Business Commentary:

During the first quarter of 2008, the company undertook a number of initiatives in its transformation from a development based company to a sustainable operating company.

These initiatives include the following:

Huckabay Ridge improvements complete and facility is reliably producing the company’s RNG product.

Closed on $5.0 million of convertible notes, and are seeking additional financing.

Hired Marathon Capital, LLC, is to assist us in identifying and managing discussions with entities interested in investing in the company’s projects.

Aggressively pursued the availability of funds under the federal stimulus package and other federal programs.

Actively seeking legislation to create tax-credits for the production of renewable natural gas from waste products.

Evaluating options to reduce the company’s project capital costs and improve project returns.

Reduced G&A costs by 25% and maintain reductions for 2009.

Signed 10 year RNG sales agreement with Xcel Energy in Colorado for 915,000 MMBtus/yr at a price reflecting the green attributes of the company’s RNG product.

Entered into a new technology agreement with Xergi/DBT better reflecting EPG’s build/own/operate business model.

Upon closing of Xergi agreement, Xergi will acquire $3 million of EPG’s 14% convertible notes.

Financial Results:

The company had a net loss applicable to common shareholders of $3.3 million, or loss per common share of $0.21, for the quarter ended March 31, 2009, as compared to a net income applicable to common shareholders of $2.8 million, or basic income per common share of $0.18 for the quarter ended March 31, 2008.

The results first quarter of 2008 include net income of $7.0 million from discontinued operations which were disposed of during this period. For comparative purposes an analysis from continuing operations is discussed below.
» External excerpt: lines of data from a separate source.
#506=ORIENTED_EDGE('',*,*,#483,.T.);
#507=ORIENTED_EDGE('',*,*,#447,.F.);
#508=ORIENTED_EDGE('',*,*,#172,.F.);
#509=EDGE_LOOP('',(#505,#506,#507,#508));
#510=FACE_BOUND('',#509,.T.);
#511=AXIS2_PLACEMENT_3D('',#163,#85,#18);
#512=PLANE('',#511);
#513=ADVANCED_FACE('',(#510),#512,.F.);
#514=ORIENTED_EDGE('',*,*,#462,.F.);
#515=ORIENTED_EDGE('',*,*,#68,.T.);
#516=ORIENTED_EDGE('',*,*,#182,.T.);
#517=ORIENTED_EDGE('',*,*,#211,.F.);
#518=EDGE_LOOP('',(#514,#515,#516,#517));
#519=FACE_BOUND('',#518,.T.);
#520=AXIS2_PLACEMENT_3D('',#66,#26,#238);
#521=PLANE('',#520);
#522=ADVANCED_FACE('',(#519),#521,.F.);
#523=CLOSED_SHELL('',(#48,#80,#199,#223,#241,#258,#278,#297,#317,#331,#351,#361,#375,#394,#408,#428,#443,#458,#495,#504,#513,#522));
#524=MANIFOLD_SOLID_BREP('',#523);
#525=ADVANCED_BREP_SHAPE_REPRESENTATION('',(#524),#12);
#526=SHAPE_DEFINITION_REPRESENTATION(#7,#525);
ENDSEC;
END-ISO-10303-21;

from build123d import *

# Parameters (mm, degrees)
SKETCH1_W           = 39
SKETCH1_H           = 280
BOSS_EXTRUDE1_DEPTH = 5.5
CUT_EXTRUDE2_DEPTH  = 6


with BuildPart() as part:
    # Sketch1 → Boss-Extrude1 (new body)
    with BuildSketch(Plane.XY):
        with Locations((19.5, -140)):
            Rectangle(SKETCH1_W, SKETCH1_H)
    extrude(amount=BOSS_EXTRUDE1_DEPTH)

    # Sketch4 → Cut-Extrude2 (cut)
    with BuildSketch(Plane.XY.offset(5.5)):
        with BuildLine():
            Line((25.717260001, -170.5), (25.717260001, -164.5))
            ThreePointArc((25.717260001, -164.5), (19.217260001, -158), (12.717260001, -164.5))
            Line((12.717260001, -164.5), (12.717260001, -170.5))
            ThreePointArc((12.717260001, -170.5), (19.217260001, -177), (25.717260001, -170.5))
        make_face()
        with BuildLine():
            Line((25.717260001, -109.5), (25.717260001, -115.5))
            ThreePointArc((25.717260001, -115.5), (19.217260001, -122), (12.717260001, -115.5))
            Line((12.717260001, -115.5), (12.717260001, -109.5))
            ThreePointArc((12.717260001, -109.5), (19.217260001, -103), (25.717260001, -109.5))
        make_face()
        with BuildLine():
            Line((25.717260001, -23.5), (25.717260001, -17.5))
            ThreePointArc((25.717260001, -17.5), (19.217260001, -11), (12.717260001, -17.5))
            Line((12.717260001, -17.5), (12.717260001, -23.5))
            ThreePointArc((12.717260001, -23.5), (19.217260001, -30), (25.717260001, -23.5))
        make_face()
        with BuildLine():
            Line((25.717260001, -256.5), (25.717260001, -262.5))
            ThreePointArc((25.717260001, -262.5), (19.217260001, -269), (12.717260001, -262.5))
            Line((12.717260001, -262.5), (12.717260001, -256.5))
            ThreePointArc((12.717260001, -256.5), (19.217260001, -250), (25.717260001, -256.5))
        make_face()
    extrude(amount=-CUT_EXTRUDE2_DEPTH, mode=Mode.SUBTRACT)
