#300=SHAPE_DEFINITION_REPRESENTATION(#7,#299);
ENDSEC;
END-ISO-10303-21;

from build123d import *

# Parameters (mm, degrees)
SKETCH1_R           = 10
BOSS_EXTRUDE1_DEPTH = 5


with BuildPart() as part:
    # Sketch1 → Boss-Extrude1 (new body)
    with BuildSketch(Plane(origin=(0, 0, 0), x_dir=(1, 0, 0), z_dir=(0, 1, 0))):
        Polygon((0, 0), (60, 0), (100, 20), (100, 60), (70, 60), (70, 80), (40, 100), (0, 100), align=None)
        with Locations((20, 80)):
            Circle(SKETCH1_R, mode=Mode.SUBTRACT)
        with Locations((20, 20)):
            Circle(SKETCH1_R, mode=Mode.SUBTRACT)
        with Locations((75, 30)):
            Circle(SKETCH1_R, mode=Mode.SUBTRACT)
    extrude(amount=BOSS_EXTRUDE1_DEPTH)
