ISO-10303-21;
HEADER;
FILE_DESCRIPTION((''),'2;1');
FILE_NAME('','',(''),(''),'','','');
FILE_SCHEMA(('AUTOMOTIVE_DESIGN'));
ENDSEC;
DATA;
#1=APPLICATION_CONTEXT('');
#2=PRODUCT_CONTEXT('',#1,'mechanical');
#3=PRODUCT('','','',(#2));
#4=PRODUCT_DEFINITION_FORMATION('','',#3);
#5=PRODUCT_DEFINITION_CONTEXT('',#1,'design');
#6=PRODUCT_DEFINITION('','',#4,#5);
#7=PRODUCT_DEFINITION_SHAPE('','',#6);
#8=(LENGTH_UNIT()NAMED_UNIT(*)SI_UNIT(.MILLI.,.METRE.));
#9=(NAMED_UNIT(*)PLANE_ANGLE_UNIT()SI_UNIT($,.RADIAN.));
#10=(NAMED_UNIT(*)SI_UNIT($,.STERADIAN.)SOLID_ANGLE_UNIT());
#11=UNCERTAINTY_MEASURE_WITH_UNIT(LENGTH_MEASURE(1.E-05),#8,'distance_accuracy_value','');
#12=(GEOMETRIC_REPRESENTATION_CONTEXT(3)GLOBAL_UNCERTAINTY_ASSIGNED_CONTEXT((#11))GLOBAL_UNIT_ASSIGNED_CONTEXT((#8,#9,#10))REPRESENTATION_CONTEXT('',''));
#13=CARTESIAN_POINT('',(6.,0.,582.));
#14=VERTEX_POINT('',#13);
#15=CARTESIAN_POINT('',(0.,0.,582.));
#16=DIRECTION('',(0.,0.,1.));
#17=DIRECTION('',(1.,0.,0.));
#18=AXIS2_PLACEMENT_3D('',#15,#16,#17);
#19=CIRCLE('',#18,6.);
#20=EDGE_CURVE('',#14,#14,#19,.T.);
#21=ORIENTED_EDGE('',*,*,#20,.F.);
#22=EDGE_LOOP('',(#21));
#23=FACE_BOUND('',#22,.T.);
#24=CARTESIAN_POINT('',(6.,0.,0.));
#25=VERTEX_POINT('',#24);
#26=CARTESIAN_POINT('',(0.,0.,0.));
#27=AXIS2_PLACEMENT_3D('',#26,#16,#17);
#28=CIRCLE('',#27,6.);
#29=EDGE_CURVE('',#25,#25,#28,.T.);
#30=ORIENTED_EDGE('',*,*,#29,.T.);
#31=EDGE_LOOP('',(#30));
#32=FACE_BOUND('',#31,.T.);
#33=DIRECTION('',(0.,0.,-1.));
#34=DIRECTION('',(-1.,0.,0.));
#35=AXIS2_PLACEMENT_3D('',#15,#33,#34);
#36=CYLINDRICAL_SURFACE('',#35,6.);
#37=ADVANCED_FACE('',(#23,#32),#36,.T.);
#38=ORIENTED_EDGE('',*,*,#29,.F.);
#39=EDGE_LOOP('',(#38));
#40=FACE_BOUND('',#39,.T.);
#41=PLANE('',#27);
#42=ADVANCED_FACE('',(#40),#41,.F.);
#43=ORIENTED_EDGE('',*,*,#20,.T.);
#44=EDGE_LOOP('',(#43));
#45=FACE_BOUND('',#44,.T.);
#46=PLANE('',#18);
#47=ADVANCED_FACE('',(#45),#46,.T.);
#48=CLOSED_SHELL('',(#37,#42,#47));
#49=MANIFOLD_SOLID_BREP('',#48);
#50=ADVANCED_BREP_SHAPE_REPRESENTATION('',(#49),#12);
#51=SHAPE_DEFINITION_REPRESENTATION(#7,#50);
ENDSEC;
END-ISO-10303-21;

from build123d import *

# Parameters (mm, degrees)
IZIM1_R                     = 6
Y_KSEKLIK_EKSTR_ZYON1_DEPTH = 582


with BuildPart() as part:
    # Çizim1 → Yükseklik-Ekstrüzyon1 (new body)
    with BuildSketch(Plane.XY):
        Circle(IZIM1_R)
    extrude(amount=Y_KSEKLIK_EKSTR_ZYON1_DEPTH)


solid = part.part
The net loss from continuing operations was $2.9 million for the first quarter of 2009 as compared to a loss of $3.8 million first quarter of 2008. The reduction in net loss for 2009 of $.9 million is mainly due to a reduction in general and administrative expenses in 2009 as a result of management’s cost reduction program and reduced operating expenses at the company’s Huckabay Ridge facility.

Revenues:

Revenues for the first quarter of 2009 declined to $.7 million from $.9 million in the first three months of 2008. The primary reason for the decline in revenues was a reduction in the amount of greenhouse gas sequestration credits in the first quarter of 2009 when compared to first quarter of 2008. In the first quarter of 2008 the company received cash payment for vintage years 2005 through 2007 but in the first quarter of 2009 only recognized sales associated with a six month period in 2008.

Though the company continues to generate carbon credits through its normal operations, it only recognizes carbon credit sales revenue when the cash is received.

Operations and maintenance expenses:

These expenses declined by $0.3 million in the first quarter of 2009 to $1.0 million from $1.3 million for the first quarter of 2008. The reduction in expenses principally reflects lower operating expenses at Huckabay Ridge.

General and administrative expenses:

General and administrative expenses were $2.1 million for the first quarter of 2009, as compared to $3.3 million first quarter of 2008, a reduction of $1.2 million. This reduction reflects lower salary expenses as a result of the company’s cost reduction program, lower non-cash compensation expenses in 2009 and reduced development expenses in 2009 as the company slowed development efforts to conserve cash pending the company’s fundraising initiatives. Excluding the decline in non-cash compensation expenses, general and administrative expenses declined to $2.0 million in the first quarter of 2009 as compared to $3.0 million for the first quarter of 2008, a decline of $1.0 million.

Depreciation and amortization expenses:

For the first three months of 2009 depreciation and amortization expense was $.4 million as compared to $.3 million for the first three months of 2008. The increase in depreciation is due to the fact that in the 2009 period there was a full quarter of depreciation expense for the Huckabay Ridge facility, as compared to the first quarter of 2008, in which The companystarted recognizing such expense after the Huckabay Ridge facility was put into commercial service in February 2008.

Operating loss:

As a result of the factors described above the operating loss from continuing operations during the first quarter of 2009 was $2.8 million as compared to an operating loss of $3.9 million for the first quarter of 2008.

Interest income:

Interest income declined to $.02 million in the first three months of 2009, as compared to $.2 million in the first three months of 2008. Interest income declined due both to lower invested cash balances and lower interest rates on such balances.

Interest expense:

Interest expense is increased by $.1 million to $0.3 million for the first three months of 2009, as compared to $0.2 million for the first three months of 2008. The increase in interest expense is due to the fact that in the 2009 period there was a full quarter of interest expense recognized in respect of the Huckabay Ridge facility, as compared to the first quarter of 2008, in which the company started recognizing such expense after the Huckabay Ridge facility was put into commercial service in February 2008. Prior to that time, the company was capitalizing interest expense associated with the facility.

Other income (loss):

Other income for the first quarter of 2009 consists of income of $130,000 to reflect a decline in the fair value of certain outstanding warrants due to the adoption of EITF 07-05 as of January 1, 2009.